Yesterday, I had what I *thought* was a good idea. I went through, in LR, and gave all the photos I want to use for the project a "blue" color rating.

But now: How do I get LR to find JUST those "blue" rated photos again and show them all? When I open it and go to Library, then "filter by color label," all the color choices are grayed out. 
Am I going about this back-arse-wards?  This is why I haven't really started using LR yet; I'm so completely befuddled by the organizational system.

Does any of this even make any sense?


----------



## astroNikon (Aug 7, 2015)

Create a new Collection

Then go to  the Library, and then your Custom Filter for your search stuff. 
then add those individual photos (or a Virtual Copy) to that new Collection.


----------



## sm4him (Aug 7, 2015)

astroNikon said:


> Create a new Collection
> then add those individual photos from all the years to that new Collection.



I'm telling you, I am not even skilled enough at LR to be a novice.  So, I just created a new collection, but is there any way to find all those pictures that I designated with the blue color label yesterday and put them in this new collection, or do I have to sort through ALL those d**n pictures again? Because it's thousands of them, and if I have to go back through them all again, I'm probably gonna cry. Or go home and start drinking. Maybe both.


----------



## astroNikon (Aug 7, 2015)

In Library mode from the top menu Library / Develop / Map / Book etc
select LIbrary

in the left, make sure you have a year selected -- you might have to do one year at a time - or how ever you have the pictures stored on your computer.

then in lower right
select Filter to "Flagged"  then the left is a small square to select the filter color (you can see the small cursor in the below pic)

then the results should be in the main section ...
at least that's what I see


----------



## sm4him (Aug 7, 2015)

Thanks, Astro. That made sense, and I thought that would do the trick, but it doesn't find anything. All I can figure is that maybe it didn't actually save the color label to any of the pictures I selected yesterday, but it definitely indicated that it had.

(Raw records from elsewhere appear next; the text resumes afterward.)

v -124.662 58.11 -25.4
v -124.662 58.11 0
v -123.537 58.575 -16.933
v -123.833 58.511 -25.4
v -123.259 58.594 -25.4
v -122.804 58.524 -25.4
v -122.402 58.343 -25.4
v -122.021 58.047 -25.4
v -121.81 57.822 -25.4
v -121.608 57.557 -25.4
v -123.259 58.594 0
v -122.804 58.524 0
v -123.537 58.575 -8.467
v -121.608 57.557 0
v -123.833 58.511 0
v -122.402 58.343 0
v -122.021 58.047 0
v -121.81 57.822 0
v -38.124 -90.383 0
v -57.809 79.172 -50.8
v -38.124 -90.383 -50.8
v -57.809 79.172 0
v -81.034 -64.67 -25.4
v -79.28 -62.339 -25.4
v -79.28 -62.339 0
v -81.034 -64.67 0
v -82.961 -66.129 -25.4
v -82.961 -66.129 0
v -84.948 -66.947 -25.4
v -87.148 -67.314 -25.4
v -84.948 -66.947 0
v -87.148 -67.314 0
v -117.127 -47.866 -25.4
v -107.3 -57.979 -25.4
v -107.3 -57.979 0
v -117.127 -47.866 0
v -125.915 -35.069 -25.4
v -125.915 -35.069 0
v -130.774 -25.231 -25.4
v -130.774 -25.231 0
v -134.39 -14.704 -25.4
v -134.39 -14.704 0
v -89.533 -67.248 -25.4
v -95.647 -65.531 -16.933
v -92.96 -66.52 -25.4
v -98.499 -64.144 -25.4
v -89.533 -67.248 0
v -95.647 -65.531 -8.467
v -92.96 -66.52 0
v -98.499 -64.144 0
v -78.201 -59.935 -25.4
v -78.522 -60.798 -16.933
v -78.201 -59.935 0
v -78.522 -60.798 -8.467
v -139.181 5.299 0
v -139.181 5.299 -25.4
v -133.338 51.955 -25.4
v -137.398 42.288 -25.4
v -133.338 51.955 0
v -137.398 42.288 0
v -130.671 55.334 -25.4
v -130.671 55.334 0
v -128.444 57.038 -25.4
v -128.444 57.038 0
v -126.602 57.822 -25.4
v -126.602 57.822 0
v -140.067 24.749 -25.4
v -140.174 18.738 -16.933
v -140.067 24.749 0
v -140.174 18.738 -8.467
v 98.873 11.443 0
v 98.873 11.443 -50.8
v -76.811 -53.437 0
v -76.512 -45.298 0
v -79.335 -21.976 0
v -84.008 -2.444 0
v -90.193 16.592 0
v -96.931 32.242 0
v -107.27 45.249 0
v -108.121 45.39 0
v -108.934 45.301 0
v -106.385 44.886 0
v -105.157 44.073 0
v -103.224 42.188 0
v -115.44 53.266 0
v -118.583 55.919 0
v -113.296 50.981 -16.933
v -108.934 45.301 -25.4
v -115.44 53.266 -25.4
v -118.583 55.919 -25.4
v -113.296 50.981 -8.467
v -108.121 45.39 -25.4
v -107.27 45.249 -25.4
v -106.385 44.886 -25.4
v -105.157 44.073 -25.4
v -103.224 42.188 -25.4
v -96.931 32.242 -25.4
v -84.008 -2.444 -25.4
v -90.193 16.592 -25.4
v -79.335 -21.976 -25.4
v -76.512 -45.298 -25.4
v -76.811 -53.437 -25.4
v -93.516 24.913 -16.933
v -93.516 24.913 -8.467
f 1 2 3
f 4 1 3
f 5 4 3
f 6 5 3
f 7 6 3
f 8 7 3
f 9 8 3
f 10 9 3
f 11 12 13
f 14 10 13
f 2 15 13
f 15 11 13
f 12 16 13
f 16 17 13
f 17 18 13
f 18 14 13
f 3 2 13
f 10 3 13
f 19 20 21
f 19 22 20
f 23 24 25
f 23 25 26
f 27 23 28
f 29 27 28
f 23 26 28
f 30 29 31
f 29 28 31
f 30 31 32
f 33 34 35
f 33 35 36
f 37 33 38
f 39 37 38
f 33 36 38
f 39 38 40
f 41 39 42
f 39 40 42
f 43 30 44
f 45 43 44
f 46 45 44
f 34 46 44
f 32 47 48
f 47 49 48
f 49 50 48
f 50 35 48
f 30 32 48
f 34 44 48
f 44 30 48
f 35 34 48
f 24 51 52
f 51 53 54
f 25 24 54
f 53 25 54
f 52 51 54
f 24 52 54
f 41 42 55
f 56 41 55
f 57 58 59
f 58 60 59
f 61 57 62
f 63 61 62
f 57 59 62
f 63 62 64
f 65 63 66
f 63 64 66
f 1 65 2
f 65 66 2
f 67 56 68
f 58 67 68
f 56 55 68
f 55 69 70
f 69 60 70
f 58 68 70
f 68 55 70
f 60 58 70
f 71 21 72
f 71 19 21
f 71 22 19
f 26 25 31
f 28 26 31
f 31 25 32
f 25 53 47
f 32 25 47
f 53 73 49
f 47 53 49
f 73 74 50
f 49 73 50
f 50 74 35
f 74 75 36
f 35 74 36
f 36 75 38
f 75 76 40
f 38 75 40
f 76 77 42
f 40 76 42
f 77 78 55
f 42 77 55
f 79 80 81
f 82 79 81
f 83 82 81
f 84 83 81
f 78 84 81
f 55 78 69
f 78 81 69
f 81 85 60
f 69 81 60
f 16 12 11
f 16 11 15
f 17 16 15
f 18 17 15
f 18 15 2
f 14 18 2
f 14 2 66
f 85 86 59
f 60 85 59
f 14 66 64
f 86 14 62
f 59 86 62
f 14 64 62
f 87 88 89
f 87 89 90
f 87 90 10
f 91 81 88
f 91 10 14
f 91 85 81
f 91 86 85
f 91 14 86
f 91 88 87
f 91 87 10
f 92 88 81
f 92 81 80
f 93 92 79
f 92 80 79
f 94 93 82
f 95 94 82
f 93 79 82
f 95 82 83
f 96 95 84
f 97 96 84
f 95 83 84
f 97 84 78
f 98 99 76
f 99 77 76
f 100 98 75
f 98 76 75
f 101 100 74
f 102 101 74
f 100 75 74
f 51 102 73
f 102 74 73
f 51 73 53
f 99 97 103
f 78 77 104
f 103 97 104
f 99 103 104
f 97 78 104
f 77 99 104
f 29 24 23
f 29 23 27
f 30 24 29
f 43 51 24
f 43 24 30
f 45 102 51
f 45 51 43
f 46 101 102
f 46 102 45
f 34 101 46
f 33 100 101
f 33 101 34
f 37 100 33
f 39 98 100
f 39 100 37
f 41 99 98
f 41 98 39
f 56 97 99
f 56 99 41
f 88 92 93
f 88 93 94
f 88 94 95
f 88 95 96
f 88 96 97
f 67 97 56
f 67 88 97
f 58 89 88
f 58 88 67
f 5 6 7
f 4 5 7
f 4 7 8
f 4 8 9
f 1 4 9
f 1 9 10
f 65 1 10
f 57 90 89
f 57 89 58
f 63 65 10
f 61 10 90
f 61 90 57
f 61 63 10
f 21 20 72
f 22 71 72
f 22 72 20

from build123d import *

# Parameters (mm, degrees)
F1_DEPTH = 25.4
F2_DEPTH = 25.4


with BuildPart() as f1:
    # F0 (on Top) → F1 (new body)
    with BuildSketch(Plane.XY):
        Polygon((-38.1237527186, -90.3830688664), (98.8726872316, 11.4427240084), (-57.8092561336, 79.1722247959), align=None)
    extrude(amount=-F1_DEPTH)

    # F2 (add): a face of the model
    f2_faces = [f1.faces().sort_by_distance(p)[0] for p in [
        (0.9798927931, 0.0772933126, -25.4),
    ]]
    extrude(f2_faces, amount=F2_DEPTH)


with BuildPart() as f1b:
    # F0 (on Top) → F1, piece 2 (new body)
    with BuildSketch(Plane.XY):
        with BuildLine():
            add(Edge.make_bspline(
                [(-134.3896687031, -14.7044314072), (-142.7311083397, 16.4550494294), (-131.6720253421, 53.4780620192), (-124.6619394967, 58.1101097866)],
                knots=[0.6200788677, 0.6200788677, 0.6200788677, 0.6200788677, 0.802576493, 0.802576493, 0.802576493, 0.802576493], degree=3))
            add(Edge.make_bspline(
                [(-79.2800709544, -62.338698645), (-87.958929987, -77.0308760174), (-121.9610045481, -49.7578284038), (-134.3896687031, -14.7044314072)],
                knots=[0.6992366772, 0.6992366772, 0.6992366772, 0.6992366772, 1, 1, 1, 1], degree=3))
            add(Edge.make_bspline(
                [(-78.2008010068, -59.9350369728), (-78.5139244232, -60.8143048025), (-78.8729099527, -61.6177568097), (-79.2800709605, -62.3386986554)],
                knots=[0.3989413153, 0.3989413153, 0.3989413153, 0.3989413153, 0.408006475, 0.408006475, 0.408006475, 0.408006475], degree=3))
            add(Edge.make_bspline(
                [(-108.9341402393, 45.3013569048), (-90.7063036706, 18.8782057756), (-71.7380579244, -40.8813965528), (-78.2008010068, -59.9350369728)],
                knots=[0.3761828281, 0.3761828281, 0.3761828281, 0.3761828281, 0.6847703081, 0.6847703081, 0.6847703081, 0.6847703081], degree=3))
            add(Edge.make_bspline(
                [(-118.667088449, 12.4472836033), (-118.2991094276, 12.9315110116), (-116.0400518155, 43.4534065078), (-108.9341402393, 45.3013569048)],
                knots=[0, 0, 0, 0, 0.1454516388, 0.1454516388, 0.1454516388, 0.1454516388], degree=3))
            add(Edge.make_bspline(
                [(-121.6075792909, 57.5565546751), (-117.0175792235, 50.9624056406), (-119.0897455595, 11.8911047308), (-118.667088449, 12.4472836033)],
                knots=[0.8329356681, 0.8329356681, 0.8329356681, 0.8329356681, 1, 1, 1, 1], degree=3))
            add(Edge.make_bspline(
                [(-124.6619394961, 58.1101097845), (-123.675580112, 58.1252412608), (-122.656053142, 57.9460527348), (-121.6075792909, 57.5565546751)],
                knots=[0.2820915799, 0.2820915799, 0.2820915799, 0.2820915799, 0.3018757781, 0.3018757781, 0.3018757781, 0.3018757781], degree=3))
        make_face()
        with BuildLine():
            add(Edge.make_bspline(
                [(-79.2800709544, -62.338698645), (-87.958929987, -77.0308760174), (-121.9610045481, -49.7578284038), (-134.3896687031, -14.7044314072)],
                knots=[0.6992366772, 0.6992366772, 0.6992366772, 0.6992366772, 1, 1, 1, 1], degree=3))
            add(Edge.make_bspline(
                [(-79.2800709605, -62.3386986554), (-88.8052874953, -79.2045749484), (-124.6964518245, -50.9134814909), (-134.3896687031, -14.7044314072)],
                knots=[0.408006475, 0.408006475, 0.408006475, 0.408006475, 0.6200788677, 0.6200788677, 0.6200788677, 0.6200788677], degree=3))
        make_face()
        with BuildLine():
            add(Edge.make_bspline(
                [(-134.3896687031, -14.7044314072), (-146.0467466828, 18.1728092317), (-138.7258744457, 57.8943587092), (-124.6619394961, 58.1101097845)],
                knots=[0, 0, 0, 0, 0.2820915799, 0.2820915799, 0.2820915799, 0.2820915799], degree=3))
            add(Edge.make_bspline(
                [(-134.3896687031, -14.7044314072), (-142.7311083397, 16.4550494294), (-131.6720253421, 53.4780620192), (-124.6619394967, 58.1101097866)],
                knots=[0.6200788677, 0.6200788677, 0.6200788677, 0.6200788677, 0.802576493, 0.802576493, 0.802576493, 0.802576493], degree=3))
        make_face()
        with BuildLine():
            add(Edge.make_bspline(
                [(-124.6619394967, 58.1101097866), (-123.4957850177, 58.8806685743), (-122.4416808244, 58.7548530936), (-121.6075792909, 57.5565546751)],
                knots=[0.802576493, 0.802576493, 0.802576493, 0.802576493, 0.8329356681, 0.8329356681, 0.8329356681, 0.8329356681], degree=3))
            add(Edge.make_bspline(
                [(-124.6619394961, 58.1101097845), (-123.675580112, 58.1252412608), (-122.656053142, 57.9460527348), (-121.6075792909, 57.5565546751)],
                knots=[0.2820915799, 0.2820915799, 0.2820915799, 0.2820915799, 0.3018757781, 0.3018757781, 0.3018757781, 0.3018757781], degree=3))
        make_face()
        with BuildLine():
            add(Edge.make_bspline(
                [(-78.2008010068, -59.9350369728), (-78.5139244232, -60.8143048025), (-78.8729099527, -61.6177568097), (-79.2800709605, -62.3386986554)],
                knots=[0.3989413153, 0.3989413153, 0.3989413153, 0.3989413153, 0.408006475, 0.408006475, 0.408006475, 0.408006475], degree=3))
            add(Edge.make_bspline(
                [(-78.2008010068, -59.9350369728), (-78.5037699646, -60.828258552), (-78.8626278416, -61.6320218533), (-79.2800709544, -62.338698645)],
                knots=[0.6847703081, 0.6847703081, 0.6847703081, 0.6847703081, 0.6992366772, 0.6992366772, 0.6992366772, 0.6992366772], degree=3))
        make_face()
        with BuildLine():
            add(Edge.make_bspline(
                [(-121.6075792909, 57.5565546751), (-117.6696386166, 56.0936471832), (-113.3233551368, 51.6639819008), (-108.9341402393, 45.3013569048)],
                knots=[0.3018757781, 0.3018757781, 0.3018757781, 0.3018757781, 0.3761828281, 0.3761828281, 0.3761828281, 0.3761828281], degree=3))
            add(Edge.make_bspline(
                [(-121.6075792909, 57.5565546751), (-117.0175792235, 50.9624056406), (-119.0897455595, 11.8911047308), (-118.667088449, 12.4472836033)],
                knots=[0.8329356681, 0.8329356681, 0.8329356681, 0.8329356681, 1, 1, 1, 1], degree=3))
            add(Edge.make_bspline(
                [(-118.667088449, 12.4472836033), (-118.2991094276, 12.9315110116), (-116.0400518155, 43.4534065078), (-108.9341402393, 45.3013569048)],
                knots=[0, 0, 0, 0, 0.1454516388, 0.1454516388, 0.1454516388, 0.1454516388], degree=3))
        make_face()
        with BuildLine():
            add(Edge.make_bspline(
                [(-108.9341402393, 45.3013569048), (-90.7063036706, 18.8782057756), (-71.7380579244, -40.8813965528), (-78.2008010068, -59.9350369728)],
                knots=[0.3761828281, 0.3761828281, 0.3761828281, 0.3761828281, 0.6847703081, 0.6847703081, 0.6847703081, 0.6847703081], degree=3))
            add(Edge.make_bspline(
                [(-108.9341402393, 45.3013569048), (-96.5501255883, 48.5219211555), (-69.4449096507, -35.3480109482), (-78.2008010068, -59.9350369728)],
                knots=[0.1454516388, 0.1454516388, 0.1454516388, 0.1454516388, 0.3989413153, 0.3989413153, 0.3989413153, 0.3989413153], degree=3))
        make_face()
    extrude(amount=-F1_DEPTH)


solid = Compound([f1.part, f1b.part])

I think I'm just gonna have to drop back and punt and go back to my old-fashioned method. Ditch LR and go through folder by folder, copying the ones I want to a new folder for the project. What a PITA, though.


----------



## astroNikon (Aug 7, 2015)

select a photo, then change it's color label
then do a test search.

that's what I did .. i didn't know you could do a Color Label until I tried it, then made it work with a search.


----------



## sm4him (Aug 7, 2015)

Well, something definitely wasn't working right. I did a test on 5 photos. Then did the filter...nothing.
Then I googled and found a video on doing it. Did it exactly like it said in the video (select the folder in Library, then click "attribute" in the middle of the gray bar at the top of the photos and then select the blue color filter. Got nothing.
Then I tested a few in yellow, and got a result. Weird.
Then I went BACK to blue, clicked on three photos...and now it's suddenly found ALL the photos I'd labeled blue yesterday!!  What in the jam is that about??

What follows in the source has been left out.